All the while, Burhan and Hemeti sought to expand their own power and influence across Sudan, currying favor with foreign powers and setting the stage for a growing rivalry that would later ignite a deadly conflict. Burhan found backers in neighboring Egypt. Hemeti courted the United Arab Emirates and Russia and began deepening ties between the RSF and the Wagner Group, a shadowy Russian mercenary outfit widely reported to be responsible for war crimes in other parts of Africa and in Ukraine. Hemeti, implicated in widespread atrocities in Sudan’s Darfur conflict that broke out in 2003, launched a coordinated public relations campaign to try to transform himself into a statesman on the world stage in what was seen as a political charm offensive and challenge to Burhan’s rule.

Hemeti visited Moscow on Feb. 23, 2022, on the eve of Russia’s full-scale invasion of Ukraine, to discuss the possible opening of a Russian port on Sudan’s coast along the strategic trade routes in the Red Sea. Some U.S. officials who had been pushing for sanctioning Hemeti believed his brazen visit to Moscow would finally convince top decision-makers to finally pull the trigger on a major new tranche of sanctions. The sanctions never came.

Around that time, at least one memo was written and circulated within the State Department’s Bureau of African Affairs warning of the risks of current U.S. policy on Sudan and listing potential scenarios that could emerge from the rivalry between Burhan and Hemeti, including those tensions erupting into a full-scale conflict. The memo, described in broad terms by several congressional aides and former officials familiar with it, was meant to go to U.S. Secretary of State Antony Blinken’s desk, but the draft was heavily edited, watered down, and never passed out of the bureau, those people said. “Still, the State Department leaders can’t say they weren’t warned,” one former official said. 

Human rights advocates have also criticized the Biden administration’s approach to Sudan in the months leading up to the eruption of violence in April. “By repeatedly failing to hold abusive leaders accountable or making clear, through concrete measures, that abusive behavior would not be condoned, Sudan’s Western partners sent these generals the signal that they can continue holding the country at a gunpoint with almost no consequences,” said Mohamed Osman, an expert on the region at Human Rights Watch.

During this time, Sudanese activists became increasingly disenchanted with the U.S. approach to Sudan. “There was no meaningful commitment that we’d ever seen from either [Burhan or Hemeti], and that was all put aside and sacrificed effectively at the altar of a political process and a political agreement that was never going to hold and that had very little popular support,” said Kholood Khair, a Sudanese political analyst who followed the negotiations closely.



John Godfrey, the U.S. ambassador to Sudan, delivers a speech in Port Sudan during the delivery of tons of corn as part of U.S. humanitarian support for the country in 2022.

John Godfrey, the U.S. ambassador to Sudan, delivers a speech in Port Sudan during the delivery of tons of corn as part of U.S. humanitarian support for the country in 2022.

John Godfrey, the U.S. ambassador to Sudan, delivers a speech in Port Sudan amid the delivery of tons of corn as part of U.S. humanitarian support for the country on Nov. 20, 2022. AFP via Getty Images

In September 2022, John Godfrey, a career U.S. diplomat with experience in the Middle East and North Africa and a background in counterterrorism, landed in Khartoum as the first U.S. ambassador to Sudan in a quarter century. Godfrey, officials said, immediately began trying to make inroads with so-called resistance committees and other civil society organizations that had been the driving force in Sudan’s push for democracy.

“He was beset with the cards that were dealt to him,” the American familiar with the embassy’s internal dynamics said. “He was burning the candle at both ends trying to make this deal happen, even if people back in Washington, outside of Phee and the [Bureau of African Affairs], weren’t giving Sudan much attention or thought.”

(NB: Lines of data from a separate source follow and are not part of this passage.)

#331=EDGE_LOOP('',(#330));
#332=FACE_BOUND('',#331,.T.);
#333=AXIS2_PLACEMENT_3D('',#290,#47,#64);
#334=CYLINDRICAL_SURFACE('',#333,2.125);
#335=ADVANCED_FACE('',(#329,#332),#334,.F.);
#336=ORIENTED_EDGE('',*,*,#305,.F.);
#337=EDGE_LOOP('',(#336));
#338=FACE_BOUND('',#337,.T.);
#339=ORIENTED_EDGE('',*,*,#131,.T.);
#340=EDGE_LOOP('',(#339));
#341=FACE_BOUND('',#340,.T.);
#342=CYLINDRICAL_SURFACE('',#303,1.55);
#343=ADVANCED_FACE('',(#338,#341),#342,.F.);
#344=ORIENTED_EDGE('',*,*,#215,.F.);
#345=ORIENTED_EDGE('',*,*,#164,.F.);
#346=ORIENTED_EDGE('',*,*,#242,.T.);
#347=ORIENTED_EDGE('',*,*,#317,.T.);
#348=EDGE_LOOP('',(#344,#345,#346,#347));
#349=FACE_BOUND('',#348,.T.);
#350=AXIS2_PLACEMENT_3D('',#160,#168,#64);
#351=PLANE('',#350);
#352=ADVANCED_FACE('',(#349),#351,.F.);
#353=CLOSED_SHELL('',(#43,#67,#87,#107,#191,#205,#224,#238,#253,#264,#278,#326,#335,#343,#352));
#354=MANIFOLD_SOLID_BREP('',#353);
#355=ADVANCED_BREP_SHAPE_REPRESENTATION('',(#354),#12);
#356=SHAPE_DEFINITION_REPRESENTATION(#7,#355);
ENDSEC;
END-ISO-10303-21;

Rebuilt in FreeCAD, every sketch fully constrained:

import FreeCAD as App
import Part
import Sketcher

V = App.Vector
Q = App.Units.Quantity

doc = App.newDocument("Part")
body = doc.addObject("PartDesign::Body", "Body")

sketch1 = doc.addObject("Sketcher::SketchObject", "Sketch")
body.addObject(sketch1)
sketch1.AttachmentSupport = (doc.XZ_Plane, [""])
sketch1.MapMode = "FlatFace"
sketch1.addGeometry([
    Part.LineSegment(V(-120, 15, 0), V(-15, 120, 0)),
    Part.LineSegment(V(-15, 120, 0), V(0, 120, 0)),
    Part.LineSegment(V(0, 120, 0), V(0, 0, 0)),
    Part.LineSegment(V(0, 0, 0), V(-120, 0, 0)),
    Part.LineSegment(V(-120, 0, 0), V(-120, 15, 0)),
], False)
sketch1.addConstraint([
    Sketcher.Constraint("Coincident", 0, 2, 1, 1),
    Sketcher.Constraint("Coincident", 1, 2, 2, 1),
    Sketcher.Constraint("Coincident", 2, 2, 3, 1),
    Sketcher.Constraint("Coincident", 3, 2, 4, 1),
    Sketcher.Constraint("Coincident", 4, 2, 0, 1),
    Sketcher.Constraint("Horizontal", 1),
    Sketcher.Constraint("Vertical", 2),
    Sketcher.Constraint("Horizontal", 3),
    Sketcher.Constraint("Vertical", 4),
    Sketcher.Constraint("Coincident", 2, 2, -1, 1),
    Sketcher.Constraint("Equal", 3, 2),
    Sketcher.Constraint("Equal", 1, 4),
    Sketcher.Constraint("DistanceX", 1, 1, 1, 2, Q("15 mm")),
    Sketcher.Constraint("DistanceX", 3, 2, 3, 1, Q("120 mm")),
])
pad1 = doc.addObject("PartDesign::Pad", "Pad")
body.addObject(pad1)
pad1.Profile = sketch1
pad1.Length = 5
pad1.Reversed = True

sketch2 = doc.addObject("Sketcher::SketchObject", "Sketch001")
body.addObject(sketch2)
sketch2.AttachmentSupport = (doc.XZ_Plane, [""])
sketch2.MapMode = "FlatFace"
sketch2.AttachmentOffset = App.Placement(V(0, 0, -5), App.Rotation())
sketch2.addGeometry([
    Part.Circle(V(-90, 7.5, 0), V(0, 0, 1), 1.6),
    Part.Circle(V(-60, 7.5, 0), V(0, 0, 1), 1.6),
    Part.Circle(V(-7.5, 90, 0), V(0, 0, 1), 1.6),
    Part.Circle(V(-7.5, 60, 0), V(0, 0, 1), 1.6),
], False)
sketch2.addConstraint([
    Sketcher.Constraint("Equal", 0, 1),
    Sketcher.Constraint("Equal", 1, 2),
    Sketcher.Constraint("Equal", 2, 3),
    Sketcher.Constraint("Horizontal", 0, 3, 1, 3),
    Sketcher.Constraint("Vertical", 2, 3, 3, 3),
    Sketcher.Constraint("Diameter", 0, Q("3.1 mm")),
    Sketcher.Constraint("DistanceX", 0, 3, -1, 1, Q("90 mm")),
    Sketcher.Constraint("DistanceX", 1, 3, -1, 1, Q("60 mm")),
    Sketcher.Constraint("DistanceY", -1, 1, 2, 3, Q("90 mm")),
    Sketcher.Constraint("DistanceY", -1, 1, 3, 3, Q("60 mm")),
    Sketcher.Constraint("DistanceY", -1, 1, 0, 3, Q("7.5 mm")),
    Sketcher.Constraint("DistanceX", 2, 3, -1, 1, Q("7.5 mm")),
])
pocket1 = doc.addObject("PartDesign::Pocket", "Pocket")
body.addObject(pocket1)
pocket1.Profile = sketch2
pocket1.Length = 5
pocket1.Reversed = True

Even as Russia’s war in Ukraine and the ongoing conflict in Ethiopia distracted most in Washington, Phee and Godfrey—alongside counterparts including senior diplomats from the United Kingdom, United Nations, African Union, and a regional bloc called the Intergovernmental Authority on Development—pushed to restart Sudan’s transition to civilian rule. An apparent breakthrough came last December, when Sudan’s military leaders and some factions of the country’s pro-democracy forces agreed to a new civilian-led transitional government in a matter of months.

But the Western negotiators acceded to demands by Hemeti and Burhan to cut civil society and pro-democracy activists out of the negotiations, giving the military junta an early win over the weaker civilian groups, officials said. The December agreement also left unresolved one major issue that would soon become an explosive one: plans to incorporate the RSF into the SAF to create one unified military force for the country.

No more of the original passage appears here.